[[ Data for processing, beginning ]]
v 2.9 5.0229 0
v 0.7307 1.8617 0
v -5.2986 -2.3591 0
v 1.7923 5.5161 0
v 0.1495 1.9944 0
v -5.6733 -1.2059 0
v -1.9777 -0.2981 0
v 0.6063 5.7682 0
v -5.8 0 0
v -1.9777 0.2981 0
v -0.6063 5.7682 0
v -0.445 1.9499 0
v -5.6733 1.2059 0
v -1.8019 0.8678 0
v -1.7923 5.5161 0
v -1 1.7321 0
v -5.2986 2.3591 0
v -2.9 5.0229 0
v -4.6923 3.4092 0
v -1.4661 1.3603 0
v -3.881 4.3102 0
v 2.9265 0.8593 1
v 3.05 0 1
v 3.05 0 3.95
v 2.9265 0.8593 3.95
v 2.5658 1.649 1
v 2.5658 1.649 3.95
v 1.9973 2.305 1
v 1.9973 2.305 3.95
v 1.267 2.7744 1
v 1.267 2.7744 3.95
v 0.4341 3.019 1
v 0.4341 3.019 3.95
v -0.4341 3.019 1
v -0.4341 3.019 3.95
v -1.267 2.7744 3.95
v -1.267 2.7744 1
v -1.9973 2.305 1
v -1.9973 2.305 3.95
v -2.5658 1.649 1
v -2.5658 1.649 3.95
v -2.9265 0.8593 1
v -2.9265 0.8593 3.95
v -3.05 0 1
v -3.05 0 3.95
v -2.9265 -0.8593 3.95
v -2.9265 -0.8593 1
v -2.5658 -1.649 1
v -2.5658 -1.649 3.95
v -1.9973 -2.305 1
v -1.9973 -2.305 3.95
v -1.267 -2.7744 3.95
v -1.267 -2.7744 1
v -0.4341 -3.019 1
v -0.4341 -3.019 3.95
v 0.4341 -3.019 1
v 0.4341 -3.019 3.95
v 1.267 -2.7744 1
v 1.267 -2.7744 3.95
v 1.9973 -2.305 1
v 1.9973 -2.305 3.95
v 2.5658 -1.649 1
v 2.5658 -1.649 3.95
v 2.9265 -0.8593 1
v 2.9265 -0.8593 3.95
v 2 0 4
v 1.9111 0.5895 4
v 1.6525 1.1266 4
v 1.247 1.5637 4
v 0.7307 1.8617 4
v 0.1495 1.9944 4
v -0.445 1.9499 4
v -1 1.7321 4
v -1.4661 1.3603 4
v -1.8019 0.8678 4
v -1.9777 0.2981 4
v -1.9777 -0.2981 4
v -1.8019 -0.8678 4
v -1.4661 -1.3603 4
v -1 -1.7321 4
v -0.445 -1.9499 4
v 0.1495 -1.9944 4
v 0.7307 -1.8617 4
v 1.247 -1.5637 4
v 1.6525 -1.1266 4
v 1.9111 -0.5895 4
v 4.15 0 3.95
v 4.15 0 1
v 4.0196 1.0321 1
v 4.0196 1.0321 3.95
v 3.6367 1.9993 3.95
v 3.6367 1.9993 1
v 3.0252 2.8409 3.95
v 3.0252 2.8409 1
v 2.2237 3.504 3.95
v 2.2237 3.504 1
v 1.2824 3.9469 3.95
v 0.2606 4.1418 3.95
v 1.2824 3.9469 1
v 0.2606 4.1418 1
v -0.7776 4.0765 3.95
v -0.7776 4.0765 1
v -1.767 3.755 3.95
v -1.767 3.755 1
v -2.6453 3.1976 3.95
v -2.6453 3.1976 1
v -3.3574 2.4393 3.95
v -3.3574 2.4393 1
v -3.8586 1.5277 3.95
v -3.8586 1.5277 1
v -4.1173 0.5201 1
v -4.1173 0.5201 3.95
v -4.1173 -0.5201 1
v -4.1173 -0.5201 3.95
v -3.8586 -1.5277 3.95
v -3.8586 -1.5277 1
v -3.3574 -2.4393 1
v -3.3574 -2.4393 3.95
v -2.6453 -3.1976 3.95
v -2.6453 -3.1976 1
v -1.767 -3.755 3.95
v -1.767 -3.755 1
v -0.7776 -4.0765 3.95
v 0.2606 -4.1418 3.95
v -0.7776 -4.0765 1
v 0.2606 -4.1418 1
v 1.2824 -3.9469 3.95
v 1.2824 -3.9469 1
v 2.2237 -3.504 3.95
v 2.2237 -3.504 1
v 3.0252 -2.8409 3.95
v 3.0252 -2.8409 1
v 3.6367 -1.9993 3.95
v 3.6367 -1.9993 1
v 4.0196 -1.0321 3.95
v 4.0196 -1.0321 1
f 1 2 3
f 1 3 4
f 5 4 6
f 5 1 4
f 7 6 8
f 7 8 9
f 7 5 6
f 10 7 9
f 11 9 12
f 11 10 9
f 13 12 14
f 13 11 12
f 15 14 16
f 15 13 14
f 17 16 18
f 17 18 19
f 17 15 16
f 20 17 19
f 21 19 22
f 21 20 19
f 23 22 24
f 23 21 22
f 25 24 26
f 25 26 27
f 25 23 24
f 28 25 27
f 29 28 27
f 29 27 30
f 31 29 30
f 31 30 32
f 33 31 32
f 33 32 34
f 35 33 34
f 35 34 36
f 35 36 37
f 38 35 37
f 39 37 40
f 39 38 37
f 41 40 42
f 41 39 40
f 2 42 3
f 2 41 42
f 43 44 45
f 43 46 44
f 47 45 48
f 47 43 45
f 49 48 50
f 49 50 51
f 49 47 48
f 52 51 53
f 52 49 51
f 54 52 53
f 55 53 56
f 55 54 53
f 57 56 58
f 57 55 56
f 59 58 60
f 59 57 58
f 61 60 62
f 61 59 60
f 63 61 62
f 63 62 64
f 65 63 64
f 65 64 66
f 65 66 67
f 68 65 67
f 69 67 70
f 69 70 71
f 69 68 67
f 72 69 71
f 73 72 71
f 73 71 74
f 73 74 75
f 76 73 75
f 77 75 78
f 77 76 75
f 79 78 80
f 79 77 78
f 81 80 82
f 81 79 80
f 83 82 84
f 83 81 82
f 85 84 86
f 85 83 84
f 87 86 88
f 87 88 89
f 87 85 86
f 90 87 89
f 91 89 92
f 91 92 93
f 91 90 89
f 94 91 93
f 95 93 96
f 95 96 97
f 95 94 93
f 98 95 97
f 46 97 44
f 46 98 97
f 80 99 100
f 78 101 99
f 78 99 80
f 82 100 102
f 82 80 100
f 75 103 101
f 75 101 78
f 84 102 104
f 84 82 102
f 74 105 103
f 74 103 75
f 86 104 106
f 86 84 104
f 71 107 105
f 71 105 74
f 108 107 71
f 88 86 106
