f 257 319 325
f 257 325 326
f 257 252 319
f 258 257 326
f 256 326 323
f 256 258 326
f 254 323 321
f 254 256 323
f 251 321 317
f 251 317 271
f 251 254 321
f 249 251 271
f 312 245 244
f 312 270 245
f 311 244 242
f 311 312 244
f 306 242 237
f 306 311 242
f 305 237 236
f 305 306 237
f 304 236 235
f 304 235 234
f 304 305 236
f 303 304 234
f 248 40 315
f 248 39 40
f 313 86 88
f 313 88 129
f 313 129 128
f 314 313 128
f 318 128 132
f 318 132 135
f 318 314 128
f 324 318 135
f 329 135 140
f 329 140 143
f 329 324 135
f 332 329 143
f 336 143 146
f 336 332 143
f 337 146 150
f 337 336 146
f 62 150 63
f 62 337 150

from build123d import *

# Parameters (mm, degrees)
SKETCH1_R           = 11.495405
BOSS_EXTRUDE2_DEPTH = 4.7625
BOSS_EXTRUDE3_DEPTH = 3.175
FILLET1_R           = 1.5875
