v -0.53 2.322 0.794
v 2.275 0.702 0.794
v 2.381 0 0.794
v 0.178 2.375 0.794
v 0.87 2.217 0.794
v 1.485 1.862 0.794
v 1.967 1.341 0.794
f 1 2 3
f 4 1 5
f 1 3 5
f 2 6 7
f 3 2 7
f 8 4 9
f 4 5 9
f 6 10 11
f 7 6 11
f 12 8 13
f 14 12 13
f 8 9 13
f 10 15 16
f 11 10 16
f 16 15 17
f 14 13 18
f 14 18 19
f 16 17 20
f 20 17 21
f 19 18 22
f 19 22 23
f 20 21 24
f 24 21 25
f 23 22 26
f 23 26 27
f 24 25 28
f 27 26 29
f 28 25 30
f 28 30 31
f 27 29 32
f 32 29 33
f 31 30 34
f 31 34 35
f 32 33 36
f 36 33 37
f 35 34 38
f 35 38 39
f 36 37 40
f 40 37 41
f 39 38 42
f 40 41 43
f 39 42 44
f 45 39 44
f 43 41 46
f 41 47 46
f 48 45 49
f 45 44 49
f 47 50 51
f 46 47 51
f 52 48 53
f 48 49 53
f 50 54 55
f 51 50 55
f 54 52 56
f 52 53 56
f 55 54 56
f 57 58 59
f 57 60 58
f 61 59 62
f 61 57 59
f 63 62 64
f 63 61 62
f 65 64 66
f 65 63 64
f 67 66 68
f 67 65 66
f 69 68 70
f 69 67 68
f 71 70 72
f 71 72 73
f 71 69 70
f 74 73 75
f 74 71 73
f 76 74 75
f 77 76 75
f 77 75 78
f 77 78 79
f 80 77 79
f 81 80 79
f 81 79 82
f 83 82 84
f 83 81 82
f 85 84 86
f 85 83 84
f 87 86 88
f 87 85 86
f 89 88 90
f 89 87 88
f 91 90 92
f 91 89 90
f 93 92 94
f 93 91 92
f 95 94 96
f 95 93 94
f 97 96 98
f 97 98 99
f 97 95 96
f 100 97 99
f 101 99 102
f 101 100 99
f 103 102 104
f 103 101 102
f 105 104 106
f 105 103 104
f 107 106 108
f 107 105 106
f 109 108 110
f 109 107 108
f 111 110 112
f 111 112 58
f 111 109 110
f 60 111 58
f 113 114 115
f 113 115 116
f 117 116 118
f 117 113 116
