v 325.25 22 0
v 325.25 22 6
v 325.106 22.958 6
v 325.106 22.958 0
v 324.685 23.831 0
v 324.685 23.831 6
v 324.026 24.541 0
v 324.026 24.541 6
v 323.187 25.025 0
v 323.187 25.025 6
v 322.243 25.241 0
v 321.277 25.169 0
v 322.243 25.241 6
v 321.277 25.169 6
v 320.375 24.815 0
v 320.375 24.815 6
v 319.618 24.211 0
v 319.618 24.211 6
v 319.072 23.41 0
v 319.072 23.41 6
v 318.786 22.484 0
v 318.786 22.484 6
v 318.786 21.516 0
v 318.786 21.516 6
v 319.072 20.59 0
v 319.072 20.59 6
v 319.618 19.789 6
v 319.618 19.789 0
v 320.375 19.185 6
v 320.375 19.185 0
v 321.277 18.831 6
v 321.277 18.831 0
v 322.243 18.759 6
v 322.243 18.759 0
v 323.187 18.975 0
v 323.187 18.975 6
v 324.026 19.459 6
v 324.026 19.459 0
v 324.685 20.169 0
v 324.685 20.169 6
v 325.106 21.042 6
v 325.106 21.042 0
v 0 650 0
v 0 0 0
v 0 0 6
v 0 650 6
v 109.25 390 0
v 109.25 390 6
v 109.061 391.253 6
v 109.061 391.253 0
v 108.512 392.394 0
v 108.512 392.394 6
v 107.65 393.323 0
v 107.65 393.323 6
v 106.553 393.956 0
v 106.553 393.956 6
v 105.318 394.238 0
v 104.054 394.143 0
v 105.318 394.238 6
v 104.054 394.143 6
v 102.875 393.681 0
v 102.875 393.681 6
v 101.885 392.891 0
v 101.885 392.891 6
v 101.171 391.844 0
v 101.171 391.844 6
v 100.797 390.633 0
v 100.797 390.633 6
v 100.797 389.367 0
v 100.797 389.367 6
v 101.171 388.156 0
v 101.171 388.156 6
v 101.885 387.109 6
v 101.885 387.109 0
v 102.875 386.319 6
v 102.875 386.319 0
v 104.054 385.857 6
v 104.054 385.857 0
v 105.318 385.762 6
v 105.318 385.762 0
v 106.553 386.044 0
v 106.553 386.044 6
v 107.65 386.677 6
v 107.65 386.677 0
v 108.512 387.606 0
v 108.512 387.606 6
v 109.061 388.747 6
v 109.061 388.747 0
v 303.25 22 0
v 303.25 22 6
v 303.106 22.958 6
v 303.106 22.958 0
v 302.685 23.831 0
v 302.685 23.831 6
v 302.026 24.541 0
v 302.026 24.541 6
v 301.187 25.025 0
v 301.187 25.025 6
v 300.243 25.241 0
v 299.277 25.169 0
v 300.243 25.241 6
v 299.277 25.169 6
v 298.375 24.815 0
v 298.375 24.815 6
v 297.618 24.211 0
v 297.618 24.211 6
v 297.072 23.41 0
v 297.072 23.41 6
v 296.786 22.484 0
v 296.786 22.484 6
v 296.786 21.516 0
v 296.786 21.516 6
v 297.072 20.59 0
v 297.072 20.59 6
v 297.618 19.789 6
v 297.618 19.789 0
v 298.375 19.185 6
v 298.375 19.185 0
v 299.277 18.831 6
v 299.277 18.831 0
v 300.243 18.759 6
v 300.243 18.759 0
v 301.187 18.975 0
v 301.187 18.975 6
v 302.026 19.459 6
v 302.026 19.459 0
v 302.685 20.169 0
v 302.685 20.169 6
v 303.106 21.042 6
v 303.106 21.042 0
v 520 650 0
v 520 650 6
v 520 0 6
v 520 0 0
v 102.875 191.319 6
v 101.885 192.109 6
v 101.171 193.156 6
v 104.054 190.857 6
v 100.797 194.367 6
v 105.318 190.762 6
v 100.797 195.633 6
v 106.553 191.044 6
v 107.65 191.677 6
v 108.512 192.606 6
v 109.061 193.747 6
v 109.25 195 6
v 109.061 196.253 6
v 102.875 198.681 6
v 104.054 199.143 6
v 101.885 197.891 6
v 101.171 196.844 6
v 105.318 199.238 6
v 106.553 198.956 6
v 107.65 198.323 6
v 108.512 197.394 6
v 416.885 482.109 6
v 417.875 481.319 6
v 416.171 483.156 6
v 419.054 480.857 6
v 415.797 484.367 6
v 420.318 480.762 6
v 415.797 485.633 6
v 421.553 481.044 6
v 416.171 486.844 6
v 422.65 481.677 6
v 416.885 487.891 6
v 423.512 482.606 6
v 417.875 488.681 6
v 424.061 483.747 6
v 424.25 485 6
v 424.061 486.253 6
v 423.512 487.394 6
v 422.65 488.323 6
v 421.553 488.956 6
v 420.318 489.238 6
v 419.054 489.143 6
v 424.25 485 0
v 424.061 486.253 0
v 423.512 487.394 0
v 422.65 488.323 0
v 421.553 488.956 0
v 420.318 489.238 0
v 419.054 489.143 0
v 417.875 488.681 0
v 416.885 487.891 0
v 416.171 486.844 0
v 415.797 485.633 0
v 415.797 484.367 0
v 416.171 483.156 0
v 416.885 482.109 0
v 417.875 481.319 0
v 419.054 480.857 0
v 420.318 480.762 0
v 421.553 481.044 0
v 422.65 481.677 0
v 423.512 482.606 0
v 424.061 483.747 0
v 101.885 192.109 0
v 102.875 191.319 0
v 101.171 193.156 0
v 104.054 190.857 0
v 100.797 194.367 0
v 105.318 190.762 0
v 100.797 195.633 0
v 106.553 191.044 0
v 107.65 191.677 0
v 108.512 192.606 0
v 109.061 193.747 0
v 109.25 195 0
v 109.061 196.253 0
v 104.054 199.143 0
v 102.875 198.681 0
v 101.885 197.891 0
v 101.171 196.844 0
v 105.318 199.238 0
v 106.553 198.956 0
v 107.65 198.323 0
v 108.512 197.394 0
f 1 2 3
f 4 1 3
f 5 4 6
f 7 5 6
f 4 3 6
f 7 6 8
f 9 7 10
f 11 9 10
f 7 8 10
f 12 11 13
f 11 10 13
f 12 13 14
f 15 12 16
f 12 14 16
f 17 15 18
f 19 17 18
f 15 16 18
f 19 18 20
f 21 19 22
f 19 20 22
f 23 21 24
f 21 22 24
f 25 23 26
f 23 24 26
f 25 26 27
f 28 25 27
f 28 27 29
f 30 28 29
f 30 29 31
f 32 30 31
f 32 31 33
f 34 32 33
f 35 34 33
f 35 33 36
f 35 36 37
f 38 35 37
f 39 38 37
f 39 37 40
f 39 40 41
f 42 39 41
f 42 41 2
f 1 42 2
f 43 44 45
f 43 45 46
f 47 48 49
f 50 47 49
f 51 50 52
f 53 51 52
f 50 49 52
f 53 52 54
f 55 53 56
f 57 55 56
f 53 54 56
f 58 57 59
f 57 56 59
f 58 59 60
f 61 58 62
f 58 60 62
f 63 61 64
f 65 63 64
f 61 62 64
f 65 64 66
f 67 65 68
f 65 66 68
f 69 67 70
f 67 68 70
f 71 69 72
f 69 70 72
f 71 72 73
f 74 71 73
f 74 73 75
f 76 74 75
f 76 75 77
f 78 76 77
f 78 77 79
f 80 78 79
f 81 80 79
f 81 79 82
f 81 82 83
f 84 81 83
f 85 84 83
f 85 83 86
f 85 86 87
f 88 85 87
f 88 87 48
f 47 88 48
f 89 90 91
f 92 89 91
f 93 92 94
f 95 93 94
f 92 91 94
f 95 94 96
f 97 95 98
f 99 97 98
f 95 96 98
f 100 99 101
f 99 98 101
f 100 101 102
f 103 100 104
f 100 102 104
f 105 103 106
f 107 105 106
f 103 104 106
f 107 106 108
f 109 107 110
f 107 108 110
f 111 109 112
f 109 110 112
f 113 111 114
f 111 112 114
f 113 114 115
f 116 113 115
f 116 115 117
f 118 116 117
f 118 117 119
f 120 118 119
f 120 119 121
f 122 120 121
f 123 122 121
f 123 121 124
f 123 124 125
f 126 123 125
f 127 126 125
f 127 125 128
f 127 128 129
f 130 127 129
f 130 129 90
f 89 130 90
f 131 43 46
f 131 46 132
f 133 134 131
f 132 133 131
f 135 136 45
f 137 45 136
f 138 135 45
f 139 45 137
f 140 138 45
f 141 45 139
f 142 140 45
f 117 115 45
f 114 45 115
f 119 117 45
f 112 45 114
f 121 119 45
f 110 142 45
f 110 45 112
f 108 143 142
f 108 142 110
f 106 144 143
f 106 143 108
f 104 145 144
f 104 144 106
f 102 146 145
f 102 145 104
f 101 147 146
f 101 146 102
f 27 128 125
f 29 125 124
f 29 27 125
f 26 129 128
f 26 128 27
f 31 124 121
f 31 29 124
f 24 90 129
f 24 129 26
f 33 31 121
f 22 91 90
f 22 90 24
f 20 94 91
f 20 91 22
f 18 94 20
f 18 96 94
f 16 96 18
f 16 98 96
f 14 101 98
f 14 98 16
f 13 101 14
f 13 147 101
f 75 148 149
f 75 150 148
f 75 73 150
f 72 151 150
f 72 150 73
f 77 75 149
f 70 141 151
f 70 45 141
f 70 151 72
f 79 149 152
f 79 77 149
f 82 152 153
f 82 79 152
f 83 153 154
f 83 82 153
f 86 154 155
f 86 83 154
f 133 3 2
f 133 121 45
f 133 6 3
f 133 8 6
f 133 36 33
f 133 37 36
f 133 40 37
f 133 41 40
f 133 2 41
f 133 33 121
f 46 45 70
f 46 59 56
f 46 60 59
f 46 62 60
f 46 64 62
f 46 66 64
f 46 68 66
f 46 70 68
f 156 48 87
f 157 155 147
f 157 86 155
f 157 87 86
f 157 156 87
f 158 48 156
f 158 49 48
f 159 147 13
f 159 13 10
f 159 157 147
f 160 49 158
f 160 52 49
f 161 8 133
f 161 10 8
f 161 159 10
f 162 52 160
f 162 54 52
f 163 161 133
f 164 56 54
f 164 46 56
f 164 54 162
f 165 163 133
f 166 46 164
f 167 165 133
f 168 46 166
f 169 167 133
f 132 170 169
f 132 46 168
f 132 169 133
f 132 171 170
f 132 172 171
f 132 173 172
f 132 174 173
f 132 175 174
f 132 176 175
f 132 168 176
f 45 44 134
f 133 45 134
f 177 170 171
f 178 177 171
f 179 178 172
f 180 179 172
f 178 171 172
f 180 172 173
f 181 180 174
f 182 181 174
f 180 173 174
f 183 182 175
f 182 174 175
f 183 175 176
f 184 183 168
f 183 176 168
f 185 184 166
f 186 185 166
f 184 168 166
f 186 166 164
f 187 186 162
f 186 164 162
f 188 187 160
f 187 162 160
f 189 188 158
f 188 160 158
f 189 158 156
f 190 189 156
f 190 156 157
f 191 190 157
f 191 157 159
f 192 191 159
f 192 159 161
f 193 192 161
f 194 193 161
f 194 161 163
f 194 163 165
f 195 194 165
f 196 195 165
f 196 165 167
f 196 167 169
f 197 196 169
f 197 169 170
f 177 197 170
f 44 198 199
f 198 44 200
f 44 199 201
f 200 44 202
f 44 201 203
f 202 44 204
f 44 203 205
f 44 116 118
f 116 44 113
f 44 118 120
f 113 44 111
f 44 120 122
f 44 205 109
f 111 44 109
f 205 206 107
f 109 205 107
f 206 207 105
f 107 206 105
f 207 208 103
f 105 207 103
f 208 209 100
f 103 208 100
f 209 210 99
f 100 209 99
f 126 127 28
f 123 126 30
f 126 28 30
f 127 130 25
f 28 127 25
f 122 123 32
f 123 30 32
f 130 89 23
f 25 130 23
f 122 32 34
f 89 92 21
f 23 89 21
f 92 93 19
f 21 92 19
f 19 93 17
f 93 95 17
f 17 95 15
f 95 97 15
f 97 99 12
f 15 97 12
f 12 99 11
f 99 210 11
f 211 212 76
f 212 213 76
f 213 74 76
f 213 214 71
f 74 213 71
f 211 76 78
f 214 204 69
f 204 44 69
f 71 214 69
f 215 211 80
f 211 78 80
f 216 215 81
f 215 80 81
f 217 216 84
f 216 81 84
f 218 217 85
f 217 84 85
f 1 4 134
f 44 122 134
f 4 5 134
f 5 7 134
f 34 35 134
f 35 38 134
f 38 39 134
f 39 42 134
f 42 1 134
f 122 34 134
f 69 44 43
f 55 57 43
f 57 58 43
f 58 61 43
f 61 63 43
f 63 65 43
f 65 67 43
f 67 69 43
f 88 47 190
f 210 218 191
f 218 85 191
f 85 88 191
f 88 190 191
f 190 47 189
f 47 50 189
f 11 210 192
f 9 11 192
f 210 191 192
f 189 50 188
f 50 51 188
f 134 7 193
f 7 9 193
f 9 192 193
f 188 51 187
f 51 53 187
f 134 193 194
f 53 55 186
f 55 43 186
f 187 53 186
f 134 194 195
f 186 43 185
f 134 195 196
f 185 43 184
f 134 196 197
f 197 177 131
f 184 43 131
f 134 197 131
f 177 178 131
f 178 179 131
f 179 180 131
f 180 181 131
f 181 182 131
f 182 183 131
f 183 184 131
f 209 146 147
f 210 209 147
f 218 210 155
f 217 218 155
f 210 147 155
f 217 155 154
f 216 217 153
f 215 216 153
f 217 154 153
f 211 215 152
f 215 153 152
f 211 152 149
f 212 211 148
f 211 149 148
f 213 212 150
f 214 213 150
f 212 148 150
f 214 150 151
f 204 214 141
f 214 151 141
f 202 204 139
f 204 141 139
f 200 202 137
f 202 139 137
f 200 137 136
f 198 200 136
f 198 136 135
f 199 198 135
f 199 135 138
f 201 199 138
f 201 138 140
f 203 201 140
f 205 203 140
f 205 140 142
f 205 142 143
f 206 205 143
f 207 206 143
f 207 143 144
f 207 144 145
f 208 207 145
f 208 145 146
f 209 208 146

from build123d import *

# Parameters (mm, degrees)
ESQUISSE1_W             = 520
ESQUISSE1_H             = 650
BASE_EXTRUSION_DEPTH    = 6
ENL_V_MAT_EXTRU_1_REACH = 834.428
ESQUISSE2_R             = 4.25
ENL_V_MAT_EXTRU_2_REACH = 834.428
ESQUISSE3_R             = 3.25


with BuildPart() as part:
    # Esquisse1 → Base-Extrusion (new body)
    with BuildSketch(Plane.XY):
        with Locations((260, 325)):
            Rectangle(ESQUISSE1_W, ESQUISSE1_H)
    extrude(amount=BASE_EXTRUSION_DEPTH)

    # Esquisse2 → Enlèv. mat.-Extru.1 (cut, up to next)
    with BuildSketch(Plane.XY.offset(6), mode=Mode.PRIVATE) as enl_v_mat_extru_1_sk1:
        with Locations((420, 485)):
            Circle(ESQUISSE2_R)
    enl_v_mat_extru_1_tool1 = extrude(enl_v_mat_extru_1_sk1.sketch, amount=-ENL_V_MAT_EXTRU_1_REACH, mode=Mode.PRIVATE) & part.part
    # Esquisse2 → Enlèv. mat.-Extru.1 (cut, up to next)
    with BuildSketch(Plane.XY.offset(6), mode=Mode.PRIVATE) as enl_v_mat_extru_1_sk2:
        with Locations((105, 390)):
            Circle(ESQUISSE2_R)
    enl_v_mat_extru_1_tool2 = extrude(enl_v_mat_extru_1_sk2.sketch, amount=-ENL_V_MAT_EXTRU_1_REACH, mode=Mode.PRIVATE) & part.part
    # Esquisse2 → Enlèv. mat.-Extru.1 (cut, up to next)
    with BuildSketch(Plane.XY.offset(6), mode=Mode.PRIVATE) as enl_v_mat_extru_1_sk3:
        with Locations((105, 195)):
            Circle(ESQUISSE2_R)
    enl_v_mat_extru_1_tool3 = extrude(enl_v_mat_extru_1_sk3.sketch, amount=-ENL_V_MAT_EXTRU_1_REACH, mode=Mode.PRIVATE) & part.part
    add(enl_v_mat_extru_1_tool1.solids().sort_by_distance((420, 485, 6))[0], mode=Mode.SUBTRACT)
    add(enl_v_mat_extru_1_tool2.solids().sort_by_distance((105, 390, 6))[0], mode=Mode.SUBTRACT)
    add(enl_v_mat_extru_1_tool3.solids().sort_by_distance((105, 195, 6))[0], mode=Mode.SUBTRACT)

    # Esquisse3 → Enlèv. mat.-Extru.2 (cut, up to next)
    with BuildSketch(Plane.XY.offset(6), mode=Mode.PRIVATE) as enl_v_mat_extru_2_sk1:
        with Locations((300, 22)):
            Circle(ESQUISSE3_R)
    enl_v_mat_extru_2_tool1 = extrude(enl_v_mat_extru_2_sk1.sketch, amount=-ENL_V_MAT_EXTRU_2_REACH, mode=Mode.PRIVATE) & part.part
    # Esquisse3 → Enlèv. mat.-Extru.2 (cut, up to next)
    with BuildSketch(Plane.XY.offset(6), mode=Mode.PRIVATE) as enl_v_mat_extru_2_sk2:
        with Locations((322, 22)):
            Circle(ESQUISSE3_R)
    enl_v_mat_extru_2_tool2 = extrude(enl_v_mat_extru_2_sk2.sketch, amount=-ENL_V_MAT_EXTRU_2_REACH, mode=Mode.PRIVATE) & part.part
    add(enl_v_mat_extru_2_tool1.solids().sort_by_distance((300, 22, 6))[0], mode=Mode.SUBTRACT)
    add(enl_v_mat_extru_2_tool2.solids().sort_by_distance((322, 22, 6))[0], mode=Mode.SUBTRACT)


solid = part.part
[[ Data for processing, end ]]
**About this exercise**
Given the records above, restate word for word only the lines starting at the one with "f 304 235 234" and ending at the one with "f 62 150 63".

**Response to the task**
f 304 235 234
f 304 305 236
f 303 304 234
f 248 40 315
f 248 39 40
f 313 86 88
f 313 88 129
f 313 129 128
f 314 313 128
f 318 128 132
f 318 132 135
f 318 314 128
f 324 318 135
f 329 135 140
f 329 140 143
f 329 324 135
f 332 329 143
f 336 143 146
f 336 332 143
f 337 146 150
f 337 336 146
f 62 150 63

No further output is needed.